--- Task brief ---
The required output is the exact run of lines below that opens at the line with "#219=ORIENTED_EDGE('',*,*,#161,.T.);" and closes at the line with "END-ISO-10303-21;".

--- START ---

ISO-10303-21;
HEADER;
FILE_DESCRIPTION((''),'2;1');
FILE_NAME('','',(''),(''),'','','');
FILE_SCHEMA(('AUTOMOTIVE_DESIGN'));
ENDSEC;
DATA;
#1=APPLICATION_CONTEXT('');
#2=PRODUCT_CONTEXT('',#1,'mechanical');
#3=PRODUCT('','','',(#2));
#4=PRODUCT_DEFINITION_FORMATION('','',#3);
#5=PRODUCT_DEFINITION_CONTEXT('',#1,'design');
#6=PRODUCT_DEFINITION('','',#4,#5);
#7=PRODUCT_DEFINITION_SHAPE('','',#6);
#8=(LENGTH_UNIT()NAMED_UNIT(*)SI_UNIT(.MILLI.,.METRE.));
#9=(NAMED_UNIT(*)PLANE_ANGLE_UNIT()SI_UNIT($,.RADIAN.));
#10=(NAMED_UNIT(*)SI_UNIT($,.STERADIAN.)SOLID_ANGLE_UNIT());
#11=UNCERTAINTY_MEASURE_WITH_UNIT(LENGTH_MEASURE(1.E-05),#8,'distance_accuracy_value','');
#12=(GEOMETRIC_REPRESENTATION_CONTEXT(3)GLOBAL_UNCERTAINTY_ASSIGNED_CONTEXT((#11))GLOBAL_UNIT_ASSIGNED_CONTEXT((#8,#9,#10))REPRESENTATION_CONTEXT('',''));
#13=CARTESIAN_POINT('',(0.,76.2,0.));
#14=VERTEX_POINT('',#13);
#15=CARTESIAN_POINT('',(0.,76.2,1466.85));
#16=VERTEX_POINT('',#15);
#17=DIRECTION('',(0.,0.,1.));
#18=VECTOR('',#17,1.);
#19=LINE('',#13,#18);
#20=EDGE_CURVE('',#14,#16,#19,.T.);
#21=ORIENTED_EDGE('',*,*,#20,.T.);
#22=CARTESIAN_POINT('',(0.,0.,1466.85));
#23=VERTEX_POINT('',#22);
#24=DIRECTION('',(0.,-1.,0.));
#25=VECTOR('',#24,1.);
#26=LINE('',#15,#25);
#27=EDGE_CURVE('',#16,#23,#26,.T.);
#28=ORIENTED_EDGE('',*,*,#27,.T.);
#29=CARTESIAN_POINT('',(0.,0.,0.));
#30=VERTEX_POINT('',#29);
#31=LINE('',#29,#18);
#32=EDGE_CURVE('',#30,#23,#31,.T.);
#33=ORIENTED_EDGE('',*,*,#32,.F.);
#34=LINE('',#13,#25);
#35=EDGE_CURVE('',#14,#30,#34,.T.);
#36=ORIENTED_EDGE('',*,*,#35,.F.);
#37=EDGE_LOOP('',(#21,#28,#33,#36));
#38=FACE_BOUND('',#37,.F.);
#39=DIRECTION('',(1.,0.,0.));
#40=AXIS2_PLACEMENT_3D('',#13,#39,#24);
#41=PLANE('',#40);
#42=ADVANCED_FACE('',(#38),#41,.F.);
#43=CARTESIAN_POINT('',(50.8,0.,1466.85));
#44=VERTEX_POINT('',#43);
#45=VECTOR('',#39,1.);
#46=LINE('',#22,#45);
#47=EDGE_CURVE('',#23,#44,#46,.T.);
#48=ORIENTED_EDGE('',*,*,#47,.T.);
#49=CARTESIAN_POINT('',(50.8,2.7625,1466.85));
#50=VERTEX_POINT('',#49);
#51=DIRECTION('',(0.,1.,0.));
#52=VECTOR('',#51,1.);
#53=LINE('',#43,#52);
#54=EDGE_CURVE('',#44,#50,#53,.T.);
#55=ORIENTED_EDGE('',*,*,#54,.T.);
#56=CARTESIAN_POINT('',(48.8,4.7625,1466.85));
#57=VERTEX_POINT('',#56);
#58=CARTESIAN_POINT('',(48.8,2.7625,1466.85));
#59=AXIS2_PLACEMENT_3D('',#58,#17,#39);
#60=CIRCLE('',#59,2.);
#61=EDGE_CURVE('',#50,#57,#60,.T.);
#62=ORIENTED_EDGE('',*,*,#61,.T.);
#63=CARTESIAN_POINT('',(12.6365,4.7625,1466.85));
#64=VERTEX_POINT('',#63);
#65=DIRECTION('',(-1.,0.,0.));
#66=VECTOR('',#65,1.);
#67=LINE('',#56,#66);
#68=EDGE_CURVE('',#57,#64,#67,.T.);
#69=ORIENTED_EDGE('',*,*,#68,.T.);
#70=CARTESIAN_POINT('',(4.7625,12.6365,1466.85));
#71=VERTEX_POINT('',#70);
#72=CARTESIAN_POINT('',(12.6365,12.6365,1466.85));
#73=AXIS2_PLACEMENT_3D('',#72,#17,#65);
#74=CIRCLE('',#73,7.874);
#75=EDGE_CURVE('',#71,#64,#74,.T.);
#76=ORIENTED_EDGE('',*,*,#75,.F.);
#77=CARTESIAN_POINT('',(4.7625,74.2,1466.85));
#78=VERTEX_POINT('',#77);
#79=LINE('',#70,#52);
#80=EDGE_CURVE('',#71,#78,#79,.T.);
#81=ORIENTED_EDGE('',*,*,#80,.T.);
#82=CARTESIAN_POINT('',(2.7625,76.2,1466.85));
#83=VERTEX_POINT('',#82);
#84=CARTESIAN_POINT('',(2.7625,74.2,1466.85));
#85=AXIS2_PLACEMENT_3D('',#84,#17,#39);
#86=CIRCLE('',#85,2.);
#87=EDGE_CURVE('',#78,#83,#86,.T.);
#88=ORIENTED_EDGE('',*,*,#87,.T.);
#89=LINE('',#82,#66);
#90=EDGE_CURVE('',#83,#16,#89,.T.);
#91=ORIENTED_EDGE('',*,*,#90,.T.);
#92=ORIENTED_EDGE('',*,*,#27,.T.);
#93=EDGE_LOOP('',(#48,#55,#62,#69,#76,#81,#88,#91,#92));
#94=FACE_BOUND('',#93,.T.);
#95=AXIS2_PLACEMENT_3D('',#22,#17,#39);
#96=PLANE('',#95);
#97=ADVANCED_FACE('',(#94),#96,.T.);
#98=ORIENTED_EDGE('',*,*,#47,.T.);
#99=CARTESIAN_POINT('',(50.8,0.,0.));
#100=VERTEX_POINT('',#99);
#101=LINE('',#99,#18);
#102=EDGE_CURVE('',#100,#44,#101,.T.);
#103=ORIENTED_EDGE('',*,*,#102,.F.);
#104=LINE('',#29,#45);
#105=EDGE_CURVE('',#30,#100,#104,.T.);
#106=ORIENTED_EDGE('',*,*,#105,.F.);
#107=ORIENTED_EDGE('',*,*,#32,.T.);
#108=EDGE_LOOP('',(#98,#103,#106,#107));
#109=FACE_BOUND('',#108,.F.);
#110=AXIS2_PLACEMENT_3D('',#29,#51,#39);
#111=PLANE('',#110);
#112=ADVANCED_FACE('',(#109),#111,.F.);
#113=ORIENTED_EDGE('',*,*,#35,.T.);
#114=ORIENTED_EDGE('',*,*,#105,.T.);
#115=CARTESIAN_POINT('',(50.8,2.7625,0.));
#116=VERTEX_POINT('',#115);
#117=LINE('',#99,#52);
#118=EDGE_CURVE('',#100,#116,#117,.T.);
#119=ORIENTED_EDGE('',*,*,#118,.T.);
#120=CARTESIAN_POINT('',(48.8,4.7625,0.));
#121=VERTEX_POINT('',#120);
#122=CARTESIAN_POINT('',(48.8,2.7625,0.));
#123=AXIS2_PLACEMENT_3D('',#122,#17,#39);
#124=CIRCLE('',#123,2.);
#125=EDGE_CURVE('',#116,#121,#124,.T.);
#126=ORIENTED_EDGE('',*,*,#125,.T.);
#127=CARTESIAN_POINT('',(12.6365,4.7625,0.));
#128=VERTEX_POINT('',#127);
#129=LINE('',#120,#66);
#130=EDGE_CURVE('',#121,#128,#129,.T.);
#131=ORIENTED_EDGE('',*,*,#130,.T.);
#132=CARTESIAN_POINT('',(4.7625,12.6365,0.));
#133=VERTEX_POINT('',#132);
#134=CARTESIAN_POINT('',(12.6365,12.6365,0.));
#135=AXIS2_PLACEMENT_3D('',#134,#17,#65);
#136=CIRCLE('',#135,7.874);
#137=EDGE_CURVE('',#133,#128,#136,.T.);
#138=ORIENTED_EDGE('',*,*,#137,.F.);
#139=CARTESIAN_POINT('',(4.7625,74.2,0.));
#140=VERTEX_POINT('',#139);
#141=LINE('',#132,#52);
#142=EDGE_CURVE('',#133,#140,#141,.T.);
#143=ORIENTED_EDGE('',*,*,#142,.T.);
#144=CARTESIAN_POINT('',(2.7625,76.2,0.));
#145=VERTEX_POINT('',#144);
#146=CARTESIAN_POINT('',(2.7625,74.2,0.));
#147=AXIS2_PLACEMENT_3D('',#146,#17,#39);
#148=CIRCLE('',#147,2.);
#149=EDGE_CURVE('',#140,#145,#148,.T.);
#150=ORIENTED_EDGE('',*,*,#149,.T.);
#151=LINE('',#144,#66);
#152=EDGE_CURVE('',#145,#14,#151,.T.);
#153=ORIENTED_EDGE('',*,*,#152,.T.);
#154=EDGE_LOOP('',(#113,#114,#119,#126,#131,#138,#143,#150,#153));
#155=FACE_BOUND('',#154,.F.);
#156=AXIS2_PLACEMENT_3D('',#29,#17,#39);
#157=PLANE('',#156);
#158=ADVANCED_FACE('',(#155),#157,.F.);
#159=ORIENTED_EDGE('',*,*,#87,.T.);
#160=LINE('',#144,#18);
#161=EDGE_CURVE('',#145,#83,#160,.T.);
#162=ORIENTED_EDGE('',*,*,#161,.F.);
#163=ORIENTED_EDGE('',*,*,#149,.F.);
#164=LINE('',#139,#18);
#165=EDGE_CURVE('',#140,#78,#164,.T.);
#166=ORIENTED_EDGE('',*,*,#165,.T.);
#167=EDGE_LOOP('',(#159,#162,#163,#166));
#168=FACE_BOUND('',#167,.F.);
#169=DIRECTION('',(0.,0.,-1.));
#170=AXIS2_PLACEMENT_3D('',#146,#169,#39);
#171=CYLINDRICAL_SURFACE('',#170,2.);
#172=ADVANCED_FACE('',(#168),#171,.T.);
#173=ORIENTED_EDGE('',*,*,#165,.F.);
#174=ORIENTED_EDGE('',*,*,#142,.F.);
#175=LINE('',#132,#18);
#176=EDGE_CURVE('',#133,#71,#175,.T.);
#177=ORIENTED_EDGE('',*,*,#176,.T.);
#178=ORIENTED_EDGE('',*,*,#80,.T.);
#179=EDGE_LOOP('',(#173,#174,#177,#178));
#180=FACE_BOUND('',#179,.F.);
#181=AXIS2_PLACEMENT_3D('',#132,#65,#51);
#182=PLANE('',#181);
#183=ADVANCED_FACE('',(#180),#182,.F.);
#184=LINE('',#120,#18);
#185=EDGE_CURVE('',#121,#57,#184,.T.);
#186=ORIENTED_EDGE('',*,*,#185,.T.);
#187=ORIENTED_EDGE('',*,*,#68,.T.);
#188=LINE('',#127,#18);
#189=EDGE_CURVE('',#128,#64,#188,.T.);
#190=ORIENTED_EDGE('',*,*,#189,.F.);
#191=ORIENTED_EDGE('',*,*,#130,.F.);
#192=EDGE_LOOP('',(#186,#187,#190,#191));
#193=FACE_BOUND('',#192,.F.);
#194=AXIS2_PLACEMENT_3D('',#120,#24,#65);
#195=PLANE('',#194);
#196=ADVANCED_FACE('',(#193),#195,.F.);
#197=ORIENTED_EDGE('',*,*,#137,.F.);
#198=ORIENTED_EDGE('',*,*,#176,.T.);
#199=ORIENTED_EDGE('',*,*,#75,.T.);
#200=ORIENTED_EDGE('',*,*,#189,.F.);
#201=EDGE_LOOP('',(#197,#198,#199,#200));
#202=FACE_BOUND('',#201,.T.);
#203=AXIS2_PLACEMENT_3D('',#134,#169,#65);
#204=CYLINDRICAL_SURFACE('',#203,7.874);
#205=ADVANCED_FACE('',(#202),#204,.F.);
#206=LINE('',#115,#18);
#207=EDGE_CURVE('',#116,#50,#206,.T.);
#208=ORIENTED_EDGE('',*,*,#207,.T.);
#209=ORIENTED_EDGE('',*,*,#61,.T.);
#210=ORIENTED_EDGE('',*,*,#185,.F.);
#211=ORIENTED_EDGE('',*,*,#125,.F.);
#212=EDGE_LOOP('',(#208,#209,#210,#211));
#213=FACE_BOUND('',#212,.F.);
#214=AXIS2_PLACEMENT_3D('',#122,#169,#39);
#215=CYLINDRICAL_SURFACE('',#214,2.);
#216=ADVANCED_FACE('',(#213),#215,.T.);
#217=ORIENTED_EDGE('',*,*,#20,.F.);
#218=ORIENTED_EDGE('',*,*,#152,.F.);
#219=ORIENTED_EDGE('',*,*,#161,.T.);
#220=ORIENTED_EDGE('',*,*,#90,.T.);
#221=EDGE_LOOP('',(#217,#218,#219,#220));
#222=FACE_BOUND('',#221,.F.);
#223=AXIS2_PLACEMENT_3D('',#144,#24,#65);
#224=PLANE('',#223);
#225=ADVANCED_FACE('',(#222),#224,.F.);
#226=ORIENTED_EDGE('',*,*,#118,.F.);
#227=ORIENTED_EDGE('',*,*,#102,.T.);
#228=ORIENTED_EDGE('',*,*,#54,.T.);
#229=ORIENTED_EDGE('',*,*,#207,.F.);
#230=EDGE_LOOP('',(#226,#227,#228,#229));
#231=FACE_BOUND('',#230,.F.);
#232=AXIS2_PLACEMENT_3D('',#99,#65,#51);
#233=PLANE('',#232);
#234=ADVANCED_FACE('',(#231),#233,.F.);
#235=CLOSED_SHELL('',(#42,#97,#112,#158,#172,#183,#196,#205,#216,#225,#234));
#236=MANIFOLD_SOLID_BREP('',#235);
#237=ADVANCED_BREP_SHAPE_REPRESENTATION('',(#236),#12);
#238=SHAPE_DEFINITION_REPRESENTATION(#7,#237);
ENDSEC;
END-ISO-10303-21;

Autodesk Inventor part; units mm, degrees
ref_plane "YZ Plane" through (0, 0, 0) normal (1, 0, 0) x (0, 1, 0)
ref_plane "Start plane" through (0, 0, 0) normal (0, 0, 1) x (1, 0, 0)
ref_plane "End plane" through (0, 0, 1466.85) normal (0, 0, 1) x (1, 0, 0)
sketch "Sketch" plane through (0, 0, 0) normal (0, 0, 1) x (1, 0, 0)
  line L0 (0, 76.2) -> (0, 0)
  line L1 (0, 0) -> (50.8, 0)
  line L2 (50.8, 0) -> (50.8, 2.7625)
  line L3 (48.8, 4.7625) -> (12.6365, 4.7625)
  line L4 (4.7625, 12.6365) -> (4.7625, 74.2)
  line L5 (2.7625, 76.2) -> (0, 76.2)
  line L6 (-7.0414, 0) -> (21.5385, 0) construction
  line L7 (0, -8.0414) -> (0, 34.5385) construction
  arc A0 (4.7625, 12.6365) -> (12.6365, 4.7625) centre (12.6365, 12.6365) ccw
  arc A1 (50.8, 2.7625) -> (48.8, 4.7625) centre (48.8, 2.7625) ccw
  arc A2 (4.7625, 74.2) -> (2.7625, 76.2) centre (2.7625, 74.2) ccw
  line L8 (0, 93.5453) -> (0, -24.9725) construction
  line L9 (-18.6925, 0) -> (62.8653, 0) construction
  point P0 (50.8, 4.7625)
  point P1 (4.7625, 4.7625)
  point P2 (4.7625, 76.2)
  dimension "d12" = 4.7625
  dimension "d13" = 76.2
  dimension "d14" = 50.8
  dimension "d15" = 0
  dimension "d16" = 4.7625
  dimension "d17" = 0
  dimension "d18" = 7.874
  dimension "d19" = 2
extrude "Body" add sketch "Sketch" along normal up to surface (1466.85 mm away) from surface at 0
equation "\"d12\" = G_T"
equation "\"d13\" = G_H"
equation "\"d14\" = G_W"
equation "\"d16\" = G_T"
equation "\"d18\" = G_IR"
equation "\"d4\" = G_L"
equation "\"G_W\" = 50.8"
equation "\"G_H\" = 76.2"
equation "\"G_T\" = 4.7625"
equation "\"G_ER\" = 4.064"
equation "\"G_IR\" = 7.874"
equation "\"G_L\" = B_L + G_OFFSET_START + G_OFFSET_END"
equation "\"ex\" = 0"
equation "\"ey\" = 0"
equation "\"G_OFFSET_START\" = 0"
equation "\"G_OFFSET_END\" = 0"
equation "\"d21\" = G_OFFSET_END + B_L"
equation "\"B_L\" = 1466.85"
properties part number "ANSI L 3 x 2 x 3_16 00000004"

--- END ---

--- Answer to this problem ---
#219=ORIENTED_EDGE('',*,*,#161,.T.);
#220=ORIENTED_EDGE('',*,*,#90,.T.);
#221=EDGE_LOOP('',(#217,#218,#219,#220));
#222=FACE_BOUND('',#221,.F.);
#223=AXIS2_PLACEMENT_3D('',#144,#24,#65);
#224=PLANE('',#223);
#225=ADVANCED_FACE('',(#222),#224,.F.);
#226=ORIENTED_EDGE('',*,*,#118,.F.);
#227=ORIENTED_EDGE('',*,*,#102,.T.);
#228=ORIENTED_EDGE('',*,*,#54,.T.);
#229=ORIENTED_EDGE('',*,*,#207,.F.);
#230=EDGE_LOOP('',(#226,#227,#228,#229));
#231=FACE_BOUND('',#230,.F.);
#232=AXIS2_PLACEMENT_3D('',#99,#65,#51);
#233=PLANE('',#232);
#234=ADVANCED_FACE('',(#231),#233,.F.);
#235=CLOSED_SHELL('',(#42,#97,#112,#158,#172,#183,#196,#205,#216,#225,#234));
#236=MANIFOLD_SOLID_BREP('',#235);
#237=ADVANCED_BREP_SHAPE_REPRESENTATION('',(#236),#12);
#238=SHAPE_DEFINITION_REPRESENTATION(#7,#237);
ENDSEC;
END-ISO-10303-21;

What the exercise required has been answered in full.